## Available records
Start of Block
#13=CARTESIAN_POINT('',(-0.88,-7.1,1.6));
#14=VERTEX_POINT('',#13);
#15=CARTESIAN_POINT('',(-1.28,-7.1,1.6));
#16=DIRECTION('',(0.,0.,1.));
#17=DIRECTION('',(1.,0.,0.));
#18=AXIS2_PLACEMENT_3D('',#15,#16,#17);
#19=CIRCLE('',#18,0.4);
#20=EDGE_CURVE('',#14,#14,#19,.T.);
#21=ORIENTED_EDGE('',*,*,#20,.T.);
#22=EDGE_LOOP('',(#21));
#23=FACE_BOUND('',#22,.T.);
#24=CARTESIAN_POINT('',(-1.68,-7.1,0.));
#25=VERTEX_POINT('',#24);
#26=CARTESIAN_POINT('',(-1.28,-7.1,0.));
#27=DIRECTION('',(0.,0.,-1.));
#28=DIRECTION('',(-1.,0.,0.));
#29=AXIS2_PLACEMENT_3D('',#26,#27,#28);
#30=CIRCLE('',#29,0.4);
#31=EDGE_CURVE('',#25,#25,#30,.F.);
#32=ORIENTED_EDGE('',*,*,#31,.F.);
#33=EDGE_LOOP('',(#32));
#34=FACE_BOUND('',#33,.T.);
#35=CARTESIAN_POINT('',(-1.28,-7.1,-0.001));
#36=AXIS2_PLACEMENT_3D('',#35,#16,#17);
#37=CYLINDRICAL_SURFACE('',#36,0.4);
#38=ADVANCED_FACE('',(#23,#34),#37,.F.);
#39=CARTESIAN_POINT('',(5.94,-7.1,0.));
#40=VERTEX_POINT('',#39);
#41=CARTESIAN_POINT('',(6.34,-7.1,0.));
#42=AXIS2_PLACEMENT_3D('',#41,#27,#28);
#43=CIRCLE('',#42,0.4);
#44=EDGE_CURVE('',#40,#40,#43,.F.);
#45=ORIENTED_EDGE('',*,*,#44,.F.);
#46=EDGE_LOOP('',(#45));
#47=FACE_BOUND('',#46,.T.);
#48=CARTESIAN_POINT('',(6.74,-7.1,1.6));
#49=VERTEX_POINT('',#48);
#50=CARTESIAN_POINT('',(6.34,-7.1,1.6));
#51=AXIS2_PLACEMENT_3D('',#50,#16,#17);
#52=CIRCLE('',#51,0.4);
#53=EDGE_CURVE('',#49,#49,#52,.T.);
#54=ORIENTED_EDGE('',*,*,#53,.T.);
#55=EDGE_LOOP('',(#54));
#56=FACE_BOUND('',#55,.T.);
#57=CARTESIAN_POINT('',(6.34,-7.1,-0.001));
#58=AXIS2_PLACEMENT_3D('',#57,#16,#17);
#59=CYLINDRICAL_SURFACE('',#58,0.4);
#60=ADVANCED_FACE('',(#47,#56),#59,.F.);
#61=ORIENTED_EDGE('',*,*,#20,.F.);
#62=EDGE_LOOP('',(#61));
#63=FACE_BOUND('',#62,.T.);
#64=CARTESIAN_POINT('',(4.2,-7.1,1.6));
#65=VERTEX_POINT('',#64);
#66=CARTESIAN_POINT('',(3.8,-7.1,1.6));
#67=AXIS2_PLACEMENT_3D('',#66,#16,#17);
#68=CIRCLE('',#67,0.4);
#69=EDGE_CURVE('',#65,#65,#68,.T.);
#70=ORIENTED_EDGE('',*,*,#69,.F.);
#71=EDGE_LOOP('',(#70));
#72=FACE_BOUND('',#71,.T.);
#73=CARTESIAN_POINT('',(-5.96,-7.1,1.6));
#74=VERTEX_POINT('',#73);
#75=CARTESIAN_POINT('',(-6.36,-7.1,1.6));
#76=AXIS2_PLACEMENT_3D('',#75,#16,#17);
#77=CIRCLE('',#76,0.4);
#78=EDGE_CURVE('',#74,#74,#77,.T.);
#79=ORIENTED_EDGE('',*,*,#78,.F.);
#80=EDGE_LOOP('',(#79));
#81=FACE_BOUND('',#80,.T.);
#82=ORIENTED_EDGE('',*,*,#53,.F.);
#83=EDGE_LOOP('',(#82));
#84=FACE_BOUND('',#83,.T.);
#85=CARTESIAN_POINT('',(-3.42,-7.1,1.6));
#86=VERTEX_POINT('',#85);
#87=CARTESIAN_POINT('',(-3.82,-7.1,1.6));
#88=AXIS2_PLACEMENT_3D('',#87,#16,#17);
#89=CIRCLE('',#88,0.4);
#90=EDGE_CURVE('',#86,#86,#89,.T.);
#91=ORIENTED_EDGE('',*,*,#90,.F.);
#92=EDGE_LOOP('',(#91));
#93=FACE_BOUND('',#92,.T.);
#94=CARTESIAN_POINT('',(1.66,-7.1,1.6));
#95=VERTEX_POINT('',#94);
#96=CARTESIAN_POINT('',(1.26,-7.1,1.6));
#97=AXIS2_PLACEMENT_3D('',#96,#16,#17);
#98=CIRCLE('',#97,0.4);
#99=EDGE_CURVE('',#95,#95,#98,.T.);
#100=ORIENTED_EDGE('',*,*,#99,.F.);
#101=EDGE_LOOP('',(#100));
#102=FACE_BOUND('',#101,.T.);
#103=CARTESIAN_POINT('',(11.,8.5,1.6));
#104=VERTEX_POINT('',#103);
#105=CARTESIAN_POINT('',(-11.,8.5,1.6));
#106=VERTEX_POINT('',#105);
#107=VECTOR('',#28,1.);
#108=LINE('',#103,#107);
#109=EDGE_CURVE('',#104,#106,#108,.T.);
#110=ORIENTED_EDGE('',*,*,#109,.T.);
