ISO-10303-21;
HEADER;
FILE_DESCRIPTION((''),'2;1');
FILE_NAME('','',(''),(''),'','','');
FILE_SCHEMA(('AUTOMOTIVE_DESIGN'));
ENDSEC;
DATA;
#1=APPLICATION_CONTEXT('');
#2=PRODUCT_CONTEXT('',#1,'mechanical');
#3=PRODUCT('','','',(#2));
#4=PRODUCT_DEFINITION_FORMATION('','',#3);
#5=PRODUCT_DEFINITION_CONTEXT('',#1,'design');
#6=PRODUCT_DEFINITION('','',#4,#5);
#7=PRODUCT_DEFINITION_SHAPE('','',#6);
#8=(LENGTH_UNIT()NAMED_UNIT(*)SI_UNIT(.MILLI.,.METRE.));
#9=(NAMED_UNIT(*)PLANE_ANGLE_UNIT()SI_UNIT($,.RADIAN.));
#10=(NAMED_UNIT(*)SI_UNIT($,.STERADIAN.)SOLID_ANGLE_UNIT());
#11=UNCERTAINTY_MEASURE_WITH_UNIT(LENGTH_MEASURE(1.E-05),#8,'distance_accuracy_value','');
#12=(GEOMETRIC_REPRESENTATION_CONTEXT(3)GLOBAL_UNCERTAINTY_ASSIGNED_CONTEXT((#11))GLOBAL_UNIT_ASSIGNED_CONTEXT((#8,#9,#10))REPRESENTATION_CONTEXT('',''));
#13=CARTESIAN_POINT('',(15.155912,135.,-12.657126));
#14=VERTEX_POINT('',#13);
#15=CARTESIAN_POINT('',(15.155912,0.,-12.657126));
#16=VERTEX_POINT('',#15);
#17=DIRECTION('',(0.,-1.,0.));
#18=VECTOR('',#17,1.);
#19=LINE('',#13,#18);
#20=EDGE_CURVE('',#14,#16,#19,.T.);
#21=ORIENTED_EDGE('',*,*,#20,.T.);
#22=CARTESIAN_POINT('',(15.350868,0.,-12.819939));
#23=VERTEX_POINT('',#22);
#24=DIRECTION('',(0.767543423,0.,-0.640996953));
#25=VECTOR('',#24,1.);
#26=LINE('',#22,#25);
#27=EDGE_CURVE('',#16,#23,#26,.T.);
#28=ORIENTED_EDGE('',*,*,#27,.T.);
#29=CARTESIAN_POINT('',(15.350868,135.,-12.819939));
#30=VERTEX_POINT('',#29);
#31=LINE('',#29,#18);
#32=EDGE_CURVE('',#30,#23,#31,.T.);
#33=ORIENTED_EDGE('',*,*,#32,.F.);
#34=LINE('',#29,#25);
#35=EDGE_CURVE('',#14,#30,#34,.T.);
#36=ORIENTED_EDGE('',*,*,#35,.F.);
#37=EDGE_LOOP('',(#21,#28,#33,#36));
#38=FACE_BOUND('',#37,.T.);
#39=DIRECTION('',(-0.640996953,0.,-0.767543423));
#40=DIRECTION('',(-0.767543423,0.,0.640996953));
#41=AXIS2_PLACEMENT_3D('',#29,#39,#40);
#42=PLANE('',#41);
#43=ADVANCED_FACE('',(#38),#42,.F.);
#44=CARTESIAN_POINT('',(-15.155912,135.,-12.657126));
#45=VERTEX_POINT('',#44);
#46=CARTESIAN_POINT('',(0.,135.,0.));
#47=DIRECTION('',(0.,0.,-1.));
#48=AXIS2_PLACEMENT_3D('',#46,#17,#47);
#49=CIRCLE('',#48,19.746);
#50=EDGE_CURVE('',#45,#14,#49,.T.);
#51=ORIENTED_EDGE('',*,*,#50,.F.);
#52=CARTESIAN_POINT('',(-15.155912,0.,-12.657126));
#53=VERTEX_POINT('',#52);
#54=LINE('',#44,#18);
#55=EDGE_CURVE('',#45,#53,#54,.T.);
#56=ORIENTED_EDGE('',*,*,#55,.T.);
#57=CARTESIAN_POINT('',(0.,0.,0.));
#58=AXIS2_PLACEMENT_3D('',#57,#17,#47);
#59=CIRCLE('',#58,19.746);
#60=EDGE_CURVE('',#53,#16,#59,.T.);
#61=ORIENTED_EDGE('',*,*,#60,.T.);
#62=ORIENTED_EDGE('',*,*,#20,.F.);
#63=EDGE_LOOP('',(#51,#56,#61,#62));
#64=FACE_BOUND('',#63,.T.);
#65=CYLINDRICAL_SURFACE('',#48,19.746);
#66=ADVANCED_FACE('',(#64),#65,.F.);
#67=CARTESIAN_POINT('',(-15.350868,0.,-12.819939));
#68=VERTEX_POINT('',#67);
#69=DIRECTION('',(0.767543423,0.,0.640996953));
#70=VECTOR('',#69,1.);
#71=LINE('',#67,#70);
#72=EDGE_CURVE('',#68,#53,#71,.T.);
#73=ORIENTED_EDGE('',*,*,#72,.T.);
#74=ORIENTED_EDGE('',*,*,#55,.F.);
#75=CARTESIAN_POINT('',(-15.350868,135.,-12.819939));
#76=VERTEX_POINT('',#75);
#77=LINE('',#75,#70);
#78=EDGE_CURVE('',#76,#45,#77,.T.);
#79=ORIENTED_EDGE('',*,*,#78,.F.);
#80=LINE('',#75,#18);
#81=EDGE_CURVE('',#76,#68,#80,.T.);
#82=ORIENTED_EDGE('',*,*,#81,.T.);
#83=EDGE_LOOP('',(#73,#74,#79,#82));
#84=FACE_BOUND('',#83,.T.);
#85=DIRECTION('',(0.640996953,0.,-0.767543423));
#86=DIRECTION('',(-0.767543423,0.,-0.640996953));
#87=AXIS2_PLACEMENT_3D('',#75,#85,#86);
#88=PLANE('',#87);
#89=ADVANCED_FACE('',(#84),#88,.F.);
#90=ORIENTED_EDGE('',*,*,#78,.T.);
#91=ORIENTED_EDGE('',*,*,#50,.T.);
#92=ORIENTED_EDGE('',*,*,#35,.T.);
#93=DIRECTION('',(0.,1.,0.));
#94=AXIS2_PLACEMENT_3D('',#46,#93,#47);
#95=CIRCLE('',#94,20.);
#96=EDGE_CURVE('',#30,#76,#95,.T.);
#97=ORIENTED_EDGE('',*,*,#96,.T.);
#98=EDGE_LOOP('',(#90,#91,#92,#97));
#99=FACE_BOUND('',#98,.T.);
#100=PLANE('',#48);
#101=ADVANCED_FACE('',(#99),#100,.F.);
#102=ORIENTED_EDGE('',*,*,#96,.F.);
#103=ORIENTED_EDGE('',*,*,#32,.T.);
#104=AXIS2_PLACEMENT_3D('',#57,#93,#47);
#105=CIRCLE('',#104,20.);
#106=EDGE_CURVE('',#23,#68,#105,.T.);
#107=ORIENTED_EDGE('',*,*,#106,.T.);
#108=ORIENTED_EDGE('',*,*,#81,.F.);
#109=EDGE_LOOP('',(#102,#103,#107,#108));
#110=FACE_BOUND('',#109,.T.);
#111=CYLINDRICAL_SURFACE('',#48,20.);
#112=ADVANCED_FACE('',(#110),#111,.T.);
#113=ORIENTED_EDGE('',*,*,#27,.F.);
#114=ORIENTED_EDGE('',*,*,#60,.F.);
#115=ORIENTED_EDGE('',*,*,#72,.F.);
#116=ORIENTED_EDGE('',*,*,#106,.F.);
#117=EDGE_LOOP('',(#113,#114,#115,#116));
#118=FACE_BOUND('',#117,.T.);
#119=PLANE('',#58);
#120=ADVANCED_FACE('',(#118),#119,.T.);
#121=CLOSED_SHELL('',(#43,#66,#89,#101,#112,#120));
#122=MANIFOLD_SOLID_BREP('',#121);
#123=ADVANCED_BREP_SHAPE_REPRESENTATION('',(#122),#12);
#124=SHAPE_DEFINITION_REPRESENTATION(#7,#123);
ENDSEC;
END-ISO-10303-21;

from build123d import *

# Parameters (mm, degrees)
BOSS_EXTRUDE1_DEPTH = 135


with BuildPart() as part:
    # Sketch1 → Boss-Extrude1 (new body)
    with BuildSketch(Plane(origin=(0, 0, 0), x_dir=(1, 0, 0), z_dir=(0, 1, 0))):
        with BuildLine():
            Line((-15.350868462, 12.819939059), (-15.155912432, 12.657125832))
            ThreePointArc((-15.155912432, 12.657125832), (0, 19.746), (15.155912432, 12.657125832))
            Line((15.155912432, 12.657125832), (15.350868462, 12.819939059))
            ThreePointArc((15.350868462, 12.819939059), (0, 20), (-15.350868462, 12.819939059))
        make_face()
    extrude(amount=BOSS_EXTRUDE1_DEPTH)


solid = part.part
End of Block
## Brief
Set down, from the entries above, exactly the lines from the one with "#28=ORIENTED_EDGE('',*,*,#27,.T.);" up to and including the one with "#57=CARTESIAN_POINT('',(0.,0.,0.));", and no other lines.

## Response to the exercise
#28=ORIENTED_EDGE('',*,*,#27,.T.);
#29=CARTESIAN_POINT('',(15.350868,135.,-12.819939));
#30=VERTEX_POINT('',#29);
#31=LINE('',#29,#18);
#32=EDGE_CURVE('',#30,#23,#31,.T.);
#33=ORIENTED_EDGE('',*,*,#32,.F.);
#34=LINE('',#29,#25);
#35=EDGE_CURVE('',#14,#30,#34,.T.);
#36=ORIENTED_EDGE('',*,*,#35,.F.);
#37=EDGE_LOOP('',(#21,#28,#33,#36));
#38=FACE_BOUND('',#37,.T.);
#39=DIRECTION('',(-0.640996953,0.,-0.767543423));
#40=DIRECTION('',(-0.767543423,0.,0.640996953));
#41=AXIS2_PLACEMENT_3D('',#29,#39,#40);
#42=PLANE('',#41);
#43=ADVANCED_FACE('',(#38),#42,.F.);
#44=CARTESIAN_POINT('',(-15.155912,135.,-12.657126));
#45=VERTEX_POINT('',#44);
#46=CARTESIAN_POINT('',(0.,135.,0.));
#47=DIRECTION('',(0.,0.,-1.));
#48=AXIS2_PLACEMENT_3D('',#46,#17,#47);
#49=CIRCLE('',#48,19.746);
#50=EDGE_CURVE('',#45,#14,#49,.T.);
#51=ORIENTED_EDGE('',*,*,#50,.F.);
#52=CARTESIAN_POINT('',(-15.155912,0.,-12.657126));
#53=VERTEX_POINT('',#52);
#54=LINE('',#44,#18);
#55=EDGE_CURVE('',#45,#53,#54,.T.);
#56=ORIENTED_EDGE('',*,*,#55,.T.);
#57=CARTESIAN_POINT('',(0.,0.,0.));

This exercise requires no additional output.